Can be used to make negative selection of auxotrophic mutants, only works for bacteria. Not used to identify antibiotic-resistant mutants.
Looking for a his- E.Coli (cannot make histamine amino acid like the wild type). Grow bacteria for a short time in minimal media (no histamine present) with penicillin. Penicillin kills dividing cells, auxotrophic mutants survive because they cannot divide and are therefore not damaged. Since no histamine present the hist- cells don’t have what they need to divide and grow, only the wild type are growing and dividing. The auxotrophic mutants can survive since they aren’t in the penicillin very long. Add penicillinase to destroy the penicillin, placed onto enriched media (contains histamine), now you can do indirect selection with the velvet.
How does horizontal gene transfer differ from vertical gene transfer?List the 3 types of horizontal gene transfer.
Vertical gene transfer is cell replication which creates genetically identical daughter cells. However horizontal gene transfer occurs when genes are required for microbes of the same generation, it’s the sharing of genetics between adult bacteria.
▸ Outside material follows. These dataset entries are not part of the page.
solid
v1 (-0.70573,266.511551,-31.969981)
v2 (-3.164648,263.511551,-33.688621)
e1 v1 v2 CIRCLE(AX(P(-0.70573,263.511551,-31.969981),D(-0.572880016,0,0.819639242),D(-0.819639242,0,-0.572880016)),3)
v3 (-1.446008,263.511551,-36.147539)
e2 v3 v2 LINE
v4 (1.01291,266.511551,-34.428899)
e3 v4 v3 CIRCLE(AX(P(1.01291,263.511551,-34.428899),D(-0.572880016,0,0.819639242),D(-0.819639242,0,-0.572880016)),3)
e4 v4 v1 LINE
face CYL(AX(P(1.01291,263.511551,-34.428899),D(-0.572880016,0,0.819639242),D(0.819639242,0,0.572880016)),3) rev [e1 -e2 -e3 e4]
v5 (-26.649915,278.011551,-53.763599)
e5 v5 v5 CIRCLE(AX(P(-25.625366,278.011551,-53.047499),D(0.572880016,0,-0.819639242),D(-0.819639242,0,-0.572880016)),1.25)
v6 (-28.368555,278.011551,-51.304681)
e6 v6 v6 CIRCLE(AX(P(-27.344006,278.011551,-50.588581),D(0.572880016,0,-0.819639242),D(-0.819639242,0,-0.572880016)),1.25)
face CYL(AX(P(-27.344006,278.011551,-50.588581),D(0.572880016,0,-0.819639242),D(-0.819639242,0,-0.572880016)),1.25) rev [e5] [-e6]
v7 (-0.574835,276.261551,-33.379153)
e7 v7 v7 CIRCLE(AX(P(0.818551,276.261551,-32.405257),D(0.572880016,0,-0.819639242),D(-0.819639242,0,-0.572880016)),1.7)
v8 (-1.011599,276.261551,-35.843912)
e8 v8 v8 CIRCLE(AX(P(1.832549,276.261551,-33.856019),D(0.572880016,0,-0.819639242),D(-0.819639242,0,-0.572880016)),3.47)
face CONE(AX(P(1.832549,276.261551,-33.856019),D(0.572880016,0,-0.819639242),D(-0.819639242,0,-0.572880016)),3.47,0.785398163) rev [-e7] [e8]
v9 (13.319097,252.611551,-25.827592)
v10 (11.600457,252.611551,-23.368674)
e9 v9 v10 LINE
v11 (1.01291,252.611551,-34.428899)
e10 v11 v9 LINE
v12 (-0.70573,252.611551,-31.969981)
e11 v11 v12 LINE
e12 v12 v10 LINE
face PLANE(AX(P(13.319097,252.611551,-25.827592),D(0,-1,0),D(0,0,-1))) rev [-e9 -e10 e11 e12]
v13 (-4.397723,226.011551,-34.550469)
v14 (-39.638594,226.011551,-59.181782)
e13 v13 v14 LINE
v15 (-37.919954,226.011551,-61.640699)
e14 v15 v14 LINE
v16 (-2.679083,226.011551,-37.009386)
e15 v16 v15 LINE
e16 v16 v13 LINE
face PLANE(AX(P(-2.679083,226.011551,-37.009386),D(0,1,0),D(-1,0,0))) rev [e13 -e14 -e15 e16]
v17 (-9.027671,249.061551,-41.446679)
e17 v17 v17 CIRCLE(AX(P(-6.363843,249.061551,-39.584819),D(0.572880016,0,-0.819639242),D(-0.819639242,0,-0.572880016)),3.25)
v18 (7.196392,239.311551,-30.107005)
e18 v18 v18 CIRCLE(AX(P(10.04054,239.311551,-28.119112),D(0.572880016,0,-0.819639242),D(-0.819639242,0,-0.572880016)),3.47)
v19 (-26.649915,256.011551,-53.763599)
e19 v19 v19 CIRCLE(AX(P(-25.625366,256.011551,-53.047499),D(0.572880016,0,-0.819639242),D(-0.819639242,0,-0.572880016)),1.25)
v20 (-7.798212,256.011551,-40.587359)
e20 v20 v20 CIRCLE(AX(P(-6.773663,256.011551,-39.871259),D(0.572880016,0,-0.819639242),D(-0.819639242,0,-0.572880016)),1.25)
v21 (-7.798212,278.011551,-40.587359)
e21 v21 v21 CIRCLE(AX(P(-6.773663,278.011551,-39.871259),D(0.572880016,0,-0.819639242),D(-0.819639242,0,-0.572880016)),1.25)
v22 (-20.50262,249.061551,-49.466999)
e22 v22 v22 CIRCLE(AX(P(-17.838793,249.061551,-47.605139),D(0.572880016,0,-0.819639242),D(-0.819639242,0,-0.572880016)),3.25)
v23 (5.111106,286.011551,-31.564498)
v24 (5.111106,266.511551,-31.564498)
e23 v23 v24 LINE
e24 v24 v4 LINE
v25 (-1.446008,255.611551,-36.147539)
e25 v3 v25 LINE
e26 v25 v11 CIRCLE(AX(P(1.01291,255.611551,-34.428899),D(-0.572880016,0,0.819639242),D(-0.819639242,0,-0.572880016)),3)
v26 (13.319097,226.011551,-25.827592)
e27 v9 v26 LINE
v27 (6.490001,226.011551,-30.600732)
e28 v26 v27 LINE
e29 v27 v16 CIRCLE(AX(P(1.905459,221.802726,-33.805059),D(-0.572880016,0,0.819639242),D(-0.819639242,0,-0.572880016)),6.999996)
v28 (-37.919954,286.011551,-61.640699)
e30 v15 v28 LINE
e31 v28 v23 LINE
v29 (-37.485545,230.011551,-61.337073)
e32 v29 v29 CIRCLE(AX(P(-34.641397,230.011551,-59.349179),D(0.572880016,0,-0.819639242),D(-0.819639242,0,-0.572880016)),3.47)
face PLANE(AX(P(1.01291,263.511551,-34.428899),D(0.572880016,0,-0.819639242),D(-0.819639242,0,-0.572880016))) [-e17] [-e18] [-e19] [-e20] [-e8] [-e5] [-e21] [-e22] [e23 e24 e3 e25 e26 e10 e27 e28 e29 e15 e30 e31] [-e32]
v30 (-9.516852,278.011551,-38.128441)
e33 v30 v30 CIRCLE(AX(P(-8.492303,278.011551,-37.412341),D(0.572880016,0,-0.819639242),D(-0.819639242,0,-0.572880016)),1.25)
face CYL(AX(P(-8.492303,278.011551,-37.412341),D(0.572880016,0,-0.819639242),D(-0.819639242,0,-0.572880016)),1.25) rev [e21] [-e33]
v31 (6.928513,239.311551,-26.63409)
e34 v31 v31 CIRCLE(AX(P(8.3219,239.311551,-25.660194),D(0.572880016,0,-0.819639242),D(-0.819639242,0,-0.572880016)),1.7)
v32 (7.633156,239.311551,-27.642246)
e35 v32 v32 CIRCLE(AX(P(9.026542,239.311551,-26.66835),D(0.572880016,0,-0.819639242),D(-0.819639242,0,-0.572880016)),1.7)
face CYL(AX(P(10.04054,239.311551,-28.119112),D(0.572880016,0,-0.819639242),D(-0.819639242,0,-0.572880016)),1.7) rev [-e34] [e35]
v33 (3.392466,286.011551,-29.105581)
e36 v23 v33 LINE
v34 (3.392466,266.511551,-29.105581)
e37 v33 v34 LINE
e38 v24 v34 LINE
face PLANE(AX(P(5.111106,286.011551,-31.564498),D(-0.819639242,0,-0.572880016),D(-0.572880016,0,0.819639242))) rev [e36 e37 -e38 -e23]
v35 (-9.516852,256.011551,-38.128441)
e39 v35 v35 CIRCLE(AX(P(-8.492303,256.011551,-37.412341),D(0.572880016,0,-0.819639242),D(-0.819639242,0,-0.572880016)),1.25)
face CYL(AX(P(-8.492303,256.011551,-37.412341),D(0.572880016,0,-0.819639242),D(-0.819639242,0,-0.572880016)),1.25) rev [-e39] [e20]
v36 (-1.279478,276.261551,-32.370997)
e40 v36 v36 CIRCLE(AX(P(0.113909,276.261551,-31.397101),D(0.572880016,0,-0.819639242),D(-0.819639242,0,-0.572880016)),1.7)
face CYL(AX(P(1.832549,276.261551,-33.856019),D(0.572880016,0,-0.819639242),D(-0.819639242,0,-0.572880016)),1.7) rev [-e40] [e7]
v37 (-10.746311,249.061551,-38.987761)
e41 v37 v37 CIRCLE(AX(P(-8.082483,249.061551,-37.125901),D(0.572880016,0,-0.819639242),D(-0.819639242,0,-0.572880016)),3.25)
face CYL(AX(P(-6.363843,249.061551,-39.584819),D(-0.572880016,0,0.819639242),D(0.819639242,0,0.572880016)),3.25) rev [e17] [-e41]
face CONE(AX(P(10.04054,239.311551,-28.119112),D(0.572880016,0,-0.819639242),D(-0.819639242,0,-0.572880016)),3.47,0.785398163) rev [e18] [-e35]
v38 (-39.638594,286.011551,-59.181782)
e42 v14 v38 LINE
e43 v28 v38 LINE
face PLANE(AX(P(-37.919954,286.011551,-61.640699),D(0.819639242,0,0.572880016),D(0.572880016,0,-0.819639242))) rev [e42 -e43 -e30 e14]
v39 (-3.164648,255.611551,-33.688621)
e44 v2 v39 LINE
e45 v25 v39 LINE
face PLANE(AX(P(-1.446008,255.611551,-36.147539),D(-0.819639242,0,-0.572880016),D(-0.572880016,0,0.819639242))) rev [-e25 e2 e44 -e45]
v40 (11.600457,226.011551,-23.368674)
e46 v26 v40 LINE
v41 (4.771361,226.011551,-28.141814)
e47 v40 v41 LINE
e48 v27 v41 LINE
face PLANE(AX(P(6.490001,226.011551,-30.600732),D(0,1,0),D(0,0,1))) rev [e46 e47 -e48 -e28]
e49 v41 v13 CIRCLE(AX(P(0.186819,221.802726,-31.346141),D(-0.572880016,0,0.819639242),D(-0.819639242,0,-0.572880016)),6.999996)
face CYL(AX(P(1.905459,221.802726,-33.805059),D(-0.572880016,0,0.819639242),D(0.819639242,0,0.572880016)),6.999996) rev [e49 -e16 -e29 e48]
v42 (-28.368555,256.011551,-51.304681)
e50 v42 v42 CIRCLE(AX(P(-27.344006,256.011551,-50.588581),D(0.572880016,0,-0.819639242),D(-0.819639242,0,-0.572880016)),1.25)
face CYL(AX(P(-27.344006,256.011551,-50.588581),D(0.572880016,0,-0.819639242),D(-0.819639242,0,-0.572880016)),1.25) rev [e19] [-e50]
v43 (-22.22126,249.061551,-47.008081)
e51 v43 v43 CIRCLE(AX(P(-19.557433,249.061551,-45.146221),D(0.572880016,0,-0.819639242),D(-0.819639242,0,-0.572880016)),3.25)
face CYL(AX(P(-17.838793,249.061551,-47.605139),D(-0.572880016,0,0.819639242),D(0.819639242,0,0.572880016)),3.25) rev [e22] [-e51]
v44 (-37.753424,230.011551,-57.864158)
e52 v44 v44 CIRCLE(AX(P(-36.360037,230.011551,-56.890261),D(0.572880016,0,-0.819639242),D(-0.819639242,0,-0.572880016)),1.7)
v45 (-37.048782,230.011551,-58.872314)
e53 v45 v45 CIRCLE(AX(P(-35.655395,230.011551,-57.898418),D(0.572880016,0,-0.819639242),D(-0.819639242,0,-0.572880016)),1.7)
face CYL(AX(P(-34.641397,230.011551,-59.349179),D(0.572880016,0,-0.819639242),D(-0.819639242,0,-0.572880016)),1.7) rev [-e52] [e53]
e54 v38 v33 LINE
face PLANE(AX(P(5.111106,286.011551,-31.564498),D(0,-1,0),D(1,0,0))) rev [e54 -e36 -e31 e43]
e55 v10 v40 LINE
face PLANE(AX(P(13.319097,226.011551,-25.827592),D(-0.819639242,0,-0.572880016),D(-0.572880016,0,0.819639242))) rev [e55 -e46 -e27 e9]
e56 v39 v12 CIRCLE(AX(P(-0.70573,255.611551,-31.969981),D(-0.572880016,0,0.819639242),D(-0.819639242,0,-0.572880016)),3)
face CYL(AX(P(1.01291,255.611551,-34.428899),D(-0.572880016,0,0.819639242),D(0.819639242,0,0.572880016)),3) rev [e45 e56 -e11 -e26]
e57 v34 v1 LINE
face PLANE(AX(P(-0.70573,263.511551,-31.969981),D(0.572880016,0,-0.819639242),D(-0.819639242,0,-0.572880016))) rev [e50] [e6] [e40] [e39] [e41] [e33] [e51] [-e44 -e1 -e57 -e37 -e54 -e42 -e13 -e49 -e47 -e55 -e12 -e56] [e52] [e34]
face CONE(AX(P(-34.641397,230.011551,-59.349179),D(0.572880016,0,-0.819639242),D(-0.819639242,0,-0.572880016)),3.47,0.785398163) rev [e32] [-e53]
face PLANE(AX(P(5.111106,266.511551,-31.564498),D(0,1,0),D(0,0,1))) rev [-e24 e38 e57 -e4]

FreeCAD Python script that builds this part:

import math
import FreeCAD as App
import Part
import Sketcher

V = App.Vector
Q = App.Units.Quantity

doc = App.newDocument("Part")
body = doc.addObject("PartDesign::Body", "Body")

sketch1 = body.newObject("Sketcher::SketchObject", "Sketch")
sketch1.Placement = App.Placement(V(14.780048, 0, -21.146325), App.Rotation(V(-0.819639242, 0, -0.572880016), V(0, 1, 0), V(0.572880016, 0, -0.819639242), "ZXY"))
sketch1.addGeometry([
    Part.LineSegment(V(13.9, 266.5, 0), V(18.9, 266.5, 0)),
    Part.ArcOfCircle(Part.Circle(V(18.9, 263.5, 0), V(0, 0, 1), 3), math.radians(0), math.radians(90)),
    Part.LineSegment(V(21.9, 263.5, 0), V(21.9, 255.6, 0)),
    Part.ArcOfCircle(Part.Circle(V(18.9, 255.6, 0), V(0, 0, 1), 3), math.radians(-90), math.radians(0)),
    Part.LineSegment(V(18.9, 252.6, 0), V(3.9, 252.6, 0)),
    Part.LineSegment(V(3.9, 252.6, 0), V(3.9, 226, 0)),
    Part.LineSegment(V(3.9, 226, 0), V(12.2, 226, 0)),
    Part.ArcOfCircle(Part.Circle(V(17.8, 221.8, 0), V(0, 0, 1), 7), math.radians(37), math.radians(143)),
    Part.LineSegment(V(23.4, 226, 0), V(66.4, 226, 0)),
    Part.LineSegment(V(66.4, 226, 0), V(66.4, 286, 0)),
    Part.LineSegment(V(66.4, 286, 0), V(13.9, 286, 0)),
    Part.LineSegment(V(13.9, 286, 0), V(13.9, 266.5, 0)),
    Part.Circle(V(27.9, 249.1, 0), V(0, 0, 1), 3.2),
    Part.Circle(V(41.9, 249.1, 0), V(0, 0, 1), 3.2),
], False)
sketch1.addConstraint([
    Sketcher.Constraint("Tangent", 0, 2, 1, 2),
    Sketcher.Constraint("Tangent", 1, 1, 2, 1),
    Sketcher.Constraint("Tangent", 2, 2, 3, 2),
    Sketcher.Constraint("Tangent", 3, 1, 4, 1),
    Sketcher.Constraint("Coincident", 4, 2, 5, 1),
    Sketcher.Constraint("Coincident", 5, 2, 6, 1),
    Sketcher.Constraint("Coincident", 6, 2, 7, 2),
    Sketcher.Constraint("Coincident", 7, 1, 8, 1),
    Sketcher.Constraint("Coincident", 8, 2, 9, 1),
    Sketcher.Constraint("Coincident", 9, 2, 10, 1),
    Sketcher.Constraint("Coincident", 10, 2, 11, 1),
    Sketcher.Constraint("Coincident", 11, 2, 0, 1),
    Sketcher.Constraint("Horizontal", 0),
    Sketcher.Constraint("Vertical", 2),
    Sketcher.Constraint("Horizontal", 4),
    Sketcher.Constraint("Vertical", 5),
    Sketcher.Constraint("Horizontal", 6),
    Sketcher.Constraint("Horizontal", 8),
    Sketcher.Constraint("Vertical", 9),
    Sketcher.Constraint("Horizontal", 10),
    Sketcher.Constraint("Vertical", 11),
    Sketcher.Constraint("Equal", 1, 3),
    Sketcher.Constraint("Equal", 12, 13),
    Sketcher.Constraint("Horizontal", 12, 3, 13, 3),
    Sketcher.Constraint("Horizontal", 6, 2, 7, 1),
    Sketcher.Constraint("Radius", 1, Q("3 mm")),
    Sketcher.Constraint("Diameter", 12, Q("6.5 mm")),
    Sketcher.Constraint("DistanceX", 0, 1, 0, 2, Q("5 mm")),
    Sketcher.Constraint("DistanceY", 9, 1, 9, 2, Q("60 mm")),
    Sketcher.Constraint("DistanceX", 10, 2, 10, 1, Q("52.5 mm")),
    Sketcher.Constraint("DistanceY", 2, 2, 2, 1, Q("7.9 mm")),
    Sketcher.Constraint("DistanceY", 5, 2, 5, 1, Q("26.6 mm")),
    Sketcher.Constraint("DistanceX", 3, 3, 12, 3, Q("9 mm")),
    Sketcher.Constraint("DistanceX", 12, 3, 13, 3, Q("14 mm")),
    Sketcher.Constraint("DistanceY", 12, 3, 3, 3, Q("6.55 mm")),
    Sketcher.Constraint("Radius", 7, Q("6.999996 mm")),
    Sketcher.Constraint("DistanceX", 4, 2, 4, 1, Q("15.014151 mm")),
    Sketcher.Constraint("DistanceX", 6, 1, 6, 2, Q("8.331832 mm")),
    Sketcher.Constraint("DistanceX", 8, 1, 8, 2, Q("42.995588 mm")),
    Sketcher.Constraint("DistanceY", -1, 1, 1, 3, Q("263.511551 mm")),
    Sketcher.Constraint("DistanceX", -1, 1, 6, 2, Q("12.211088 mm")),
])
pad1 = body.newObject("PartDesign::Pad", "Pad")
pad1.Profile = sketch1
pad1.Length = 3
Horizontal gene transfer occurs via 3 mechanisms: transformation, transduction, conjugation.
All three share these 3 characteristics: transformation is unidirectional (donor to recipient), onlay a subset of the donor DNA is transferred (recipient is different form its donor and original self), and homologous genes are replaced in the recipient (new genes are integrated and any duplicates are removed, no net change in gene number).
What is the benefit of horizontal gene transfer?
Creates genetic diversity that evolution can act on and increases the dispersion of antibiotic resistance and virulence genes.
Explain why horizontal gene transfer should be considered a form of sexual reproduction.
The transformed cells are genetically unique just like offspring are genetically unique, the overall result is a genetically new individual. New combination of alleles created.
Explain why horizontal gene transfer should not be considered a form of sexual reproduction.
No net growth in generation size.
Describe the process of bacterial transformation.
DNA is picked up from the environment by the recipient and integrated into their DNA. Donor cell lyses (dead), chromosome is released, chromosome is partially degraded. Inorder for this to occur the recipient cells must be competent.
Single stranded donor DNA enters the host cell. DNA integrates into the recipient chromosome ( breakage and reunion, replaces homologous sequences). Mismatched repair “fixes” DNA, and can make new alleles permanent. Transformed cells are genetically unique.
What changes are present in a bacterium that is “competent.”
Near the end of the log phase, cell wall changes, and receptor proteins are made. Occurs natural in several species e.g. streptococcus and bacillus. Also can be induced in the lab on a large number of species e.eg E.Coli.